EXERCISE GOAL »
Copy every line of the material precisely.

[RECORDS SHOWN]

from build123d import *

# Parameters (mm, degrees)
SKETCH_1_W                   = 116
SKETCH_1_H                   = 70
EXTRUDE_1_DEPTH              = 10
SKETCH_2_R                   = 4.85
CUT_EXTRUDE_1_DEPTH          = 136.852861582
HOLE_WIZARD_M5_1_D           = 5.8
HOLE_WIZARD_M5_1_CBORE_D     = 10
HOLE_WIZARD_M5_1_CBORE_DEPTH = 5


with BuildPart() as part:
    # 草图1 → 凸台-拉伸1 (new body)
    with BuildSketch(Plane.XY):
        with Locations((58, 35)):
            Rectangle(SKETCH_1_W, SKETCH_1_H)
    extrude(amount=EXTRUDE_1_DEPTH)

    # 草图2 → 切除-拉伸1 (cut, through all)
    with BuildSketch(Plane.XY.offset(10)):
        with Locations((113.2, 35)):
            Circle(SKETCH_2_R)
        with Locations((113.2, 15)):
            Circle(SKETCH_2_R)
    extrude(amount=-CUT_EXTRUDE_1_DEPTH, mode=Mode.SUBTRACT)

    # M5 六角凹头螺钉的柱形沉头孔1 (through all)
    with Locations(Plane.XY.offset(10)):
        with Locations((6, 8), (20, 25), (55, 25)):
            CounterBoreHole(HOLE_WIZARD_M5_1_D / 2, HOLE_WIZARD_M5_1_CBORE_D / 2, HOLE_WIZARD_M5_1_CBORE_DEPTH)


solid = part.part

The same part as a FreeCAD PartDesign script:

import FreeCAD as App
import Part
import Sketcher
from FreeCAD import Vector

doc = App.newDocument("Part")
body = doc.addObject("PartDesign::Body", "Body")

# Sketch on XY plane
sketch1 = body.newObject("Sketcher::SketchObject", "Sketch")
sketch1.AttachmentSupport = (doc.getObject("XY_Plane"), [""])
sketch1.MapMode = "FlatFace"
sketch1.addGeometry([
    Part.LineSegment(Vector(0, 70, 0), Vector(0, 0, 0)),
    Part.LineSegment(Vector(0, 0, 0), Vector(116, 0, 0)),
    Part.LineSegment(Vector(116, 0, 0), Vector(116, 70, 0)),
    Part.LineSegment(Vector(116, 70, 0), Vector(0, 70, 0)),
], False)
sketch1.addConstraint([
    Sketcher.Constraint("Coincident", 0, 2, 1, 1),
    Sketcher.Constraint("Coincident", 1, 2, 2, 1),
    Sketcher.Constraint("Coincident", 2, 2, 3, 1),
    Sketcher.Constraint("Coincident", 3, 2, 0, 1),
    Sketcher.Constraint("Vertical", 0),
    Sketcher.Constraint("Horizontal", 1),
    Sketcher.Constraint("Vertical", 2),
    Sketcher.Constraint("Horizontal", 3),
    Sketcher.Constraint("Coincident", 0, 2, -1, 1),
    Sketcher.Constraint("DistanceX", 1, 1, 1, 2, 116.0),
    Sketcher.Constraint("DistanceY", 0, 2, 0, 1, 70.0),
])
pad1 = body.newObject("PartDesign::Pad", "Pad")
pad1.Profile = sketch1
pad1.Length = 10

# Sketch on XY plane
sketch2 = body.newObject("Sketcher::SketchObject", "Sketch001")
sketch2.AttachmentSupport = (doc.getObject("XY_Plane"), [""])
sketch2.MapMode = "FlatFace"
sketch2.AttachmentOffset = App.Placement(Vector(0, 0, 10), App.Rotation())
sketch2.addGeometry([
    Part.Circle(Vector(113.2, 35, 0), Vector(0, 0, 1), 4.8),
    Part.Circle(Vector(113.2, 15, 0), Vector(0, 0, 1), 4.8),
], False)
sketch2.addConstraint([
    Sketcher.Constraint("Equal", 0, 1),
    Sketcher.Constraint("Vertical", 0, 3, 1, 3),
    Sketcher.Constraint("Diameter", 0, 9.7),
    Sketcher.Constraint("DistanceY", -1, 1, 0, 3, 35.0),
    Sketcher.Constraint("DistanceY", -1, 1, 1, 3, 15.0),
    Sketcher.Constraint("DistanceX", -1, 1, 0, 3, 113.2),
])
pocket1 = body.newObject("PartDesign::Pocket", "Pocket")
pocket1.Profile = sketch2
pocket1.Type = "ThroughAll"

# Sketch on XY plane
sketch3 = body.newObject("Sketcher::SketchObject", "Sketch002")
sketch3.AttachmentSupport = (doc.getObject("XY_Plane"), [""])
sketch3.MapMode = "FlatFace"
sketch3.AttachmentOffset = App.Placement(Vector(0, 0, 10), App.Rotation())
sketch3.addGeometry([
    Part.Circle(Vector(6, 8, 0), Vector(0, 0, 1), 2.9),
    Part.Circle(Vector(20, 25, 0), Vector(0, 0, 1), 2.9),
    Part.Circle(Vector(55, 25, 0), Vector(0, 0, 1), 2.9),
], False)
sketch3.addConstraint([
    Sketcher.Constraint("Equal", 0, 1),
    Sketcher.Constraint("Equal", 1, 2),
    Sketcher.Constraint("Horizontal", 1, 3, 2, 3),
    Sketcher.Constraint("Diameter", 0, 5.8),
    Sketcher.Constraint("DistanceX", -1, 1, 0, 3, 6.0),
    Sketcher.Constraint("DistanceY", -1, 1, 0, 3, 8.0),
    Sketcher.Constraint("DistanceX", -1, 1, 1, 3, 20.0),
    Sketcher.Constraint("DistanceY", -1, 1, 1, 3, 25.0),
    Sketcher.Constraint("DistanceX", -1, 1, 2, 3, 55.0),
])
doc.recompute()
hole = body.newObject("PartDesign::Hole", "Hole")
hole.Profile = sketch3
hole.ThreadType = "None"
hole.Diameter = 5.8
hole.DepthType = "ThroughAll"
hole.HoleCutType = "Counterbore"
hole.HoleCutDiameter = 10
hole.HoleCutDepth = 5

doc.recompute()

[/RECORDS SHOWN]

SOLUTION FOR THIS TASK »
from build123d import *

# Parameters (mm, degrees)
SKETCH_1_W                   = 116
SKETCH_1_H                   = 70
EXTRUDE_1_DEPTH              = 10
SKETCH_2_R                   = 4.85
CUT_EXTRUDE_1_DEPTH          = 136.852861582
HOLE_WIZARD_M5_1_D           = 5.8
HOLE_WIZARD_M5_1_CBORE_D     = 10
HOLE_WIZARD_M5_1_CBORE_DEPTH = 5


with BuildPart() as part:
    # 草图1 → 凸台-拉伸1 (new body)
    with BuildSketch(Plane.XY):
        with Locations((58, 35)):
            Rectangle(SKETCH_1_W, SKETCH_1_H)
    extrude(amount=EXTRUDE_1_DEPTH)

    # 草图2 → 切除-拉伸1 (cut, through all)
    with BuildSketch(Plane.XY.offset(10)):
        with Locations((113.2, 35)):
            Circle(SKETCH_2_R)
        with Locations((113.2, 15)):
            Circle(SKETCH_2_R)
    extrude(amount=-CUT_EXTRUDE_1_DEPTH, mode=Mode.SUBTRACT)

    # M5 六角凹头螺钉的柱形沉头孔1 (through all)
    with Locations(Plane.XY.offset(10)):
        with Locations((6, 8), (20, 25), (55, 25)):
            CounterBoreHole(HOLE_WIZARD_M5_1_D / 2, HOLE_WIZARD_M5_1_CBORE_D / 2, HOLE_WIZARD_M5_1_CBORE_DEPTH)


solid = part.part

The same part as a FreeCAD PartDesign script:

import FreeCAD as App
import Part
import Sketcher
from FreeCAD import Vector

doc = App.newDocument("Part")
body = doc.addObject("PartDesign::Body", "Body")

# Sketch on XY plane
sketch1 = body.newObject("Sketcher::SketchObject", "Sketch")
sketch1.AttachmentSupport = (doc.getObject("XY_Plane"), [""])
sketch1.MapMode = "FlatFace"
sketch1.addGeometry([
    Part.LineSegment(Vector(0, 70, 0), Vector(0, 0, 0)),
    Part.LineSegment(Vector(0, 0, 0), Vector(116, 0, 0)),
    Part.LineSegment(Vector(116, 0, 0), Vector(116, 70, 0)),
    Part.LineSegment(Vector(116, 70, 0), Vector(0, 70, 0)),
], False)
sketch1.addConstraint([
    Sketcher.Constraint("Coincident", 0, 2, 1, 1),
    Sketcher.Constraint("Coincident", 1, 2, 2, 1),
    Sketcher.Constraint("Coincident", 2, 2, 3, 1),
    Sketcher.Constraint("Coincident", 3, 2, 0, 1),
    Sketcher.Constraint("Vertical", 0),
    Sketcher.Constraint("Horizontal", 1),
    Sketcher.Constraint("Vertical", 2),
    Sketcher.Constraint("Horizontal", 3),
    Sketcher.Constraint("Coincident", 0, 2, -1, 1),
    Sketcher.Constraint("DistanceX", 1, 1, 1, 2, 116.0),
    Sketcher.Constraint("DistanceY", 0, 2, 0, 1, 70.0),
])
pad1 = body.newObject("PartDesign::Pad", "Pad")
pad1.Profile = sketch1
pad1.Length = 10

# Sketch on XY plane
sketch2 = body.newObject("Sketcher::SketchObject", "Sketch001")
sketch2.AttachmentSupport = (doc.getObject("XY_Plane"), [""])
sketch2.MapMode = "FlatFace"
sketch2.AttachmentOffset = App.Placement(Vector(0, 0, 10), App.Rotation())
sketch2.addGeometry([
    Part.Circle(Vector(113.2, 35, 0), Vector(0, 0, 1), 4.8),
    Part.Circle(Vector(113.2, 15, 0), Vector(0, 0, 1), 4.8),
], False)
sketch2.addConstraint([
    Sketcher.Constraint("Equal", 0, 1),
    Sketcher.Constraint("Vertical", 0, 3, 1, 3),
    Sketcher.Constraint("Diameter", 0, 9.7),
    Sketcher.Constraint("DistanceY", -1, 1, 0, 3, 35.0),
    Sketcher.Constraint("DistanceY", -1, 1, 1, 3, 15.0),
    Sketcher.Constraint("DistanceX", -1, 1, 0, 3, 113.2),
])
pocket1 = body.newObject("PartDesign::Pocket", "Pocket")
pocket1.Profile = sketch2
pocket1.Type = "ThroughAll"

# Sketch on XY plane
sketch3 = body.newObject("Sketcher::SketchObject", "Sketch002")
sketch3.AttachmentSupport = (doc.getObject("XY_Plane"), [""])
sketch3.MapMode = "FlatFace"
sketch3.AttachmentOffset = App.Placement(Vector(0, 0, 10), App.Rotation())
sketch3.addGeometry([
    Part.Circle(Vector(6, 8, 0), Vector(0, 0, 1), 2.9),
    Part.Circle(Vector(20, 25, 0), Vector(0, 0, 1), 2.9),
    Part.Circle(Vector(55, 25, 0), Vector(0, 0, 1), 2.9),
], False)
sketch3.addConstraint([
    Sketcher.Constraint("Equal", 0, 1),
    Sketcher.Constraint("Equal", 1, 2),
    Sketcher.Constraint("Horizontal", 1, 3, 2, 3),
    Sketcher.Constraint("Diameter", 0, 5.8),
    Sketcher.Constraint("DistanceX", -1, 1, 0, 3, 6.0),
    Sketcher.Constraint("DistanceY", -1, 1, 0, 3, 8.0),
    Sketcher.Constraint("DistanceX", -1, 1, 1, 3, 20.0),
    Sketcher.Constraint("DistanceY", -1, 1, 1, 3, 25.0),
    Sketcher.Constraint("DistanceX", -1, 1, 2, 3, 55.0),
])
doc.recompute()
hole = body.newObject("PartDesign::Hole", "Hole")
hole.Profile = sketch3
hole.ThreadType = "None"
hole.Diameter = 5.8
hole.DepthType = "ThroughAll"
hole.HoleCutType = "Counterbore"
hole.HoleCutDiameter = 10
hole.HoleCutDepth = 5

doc.recompute()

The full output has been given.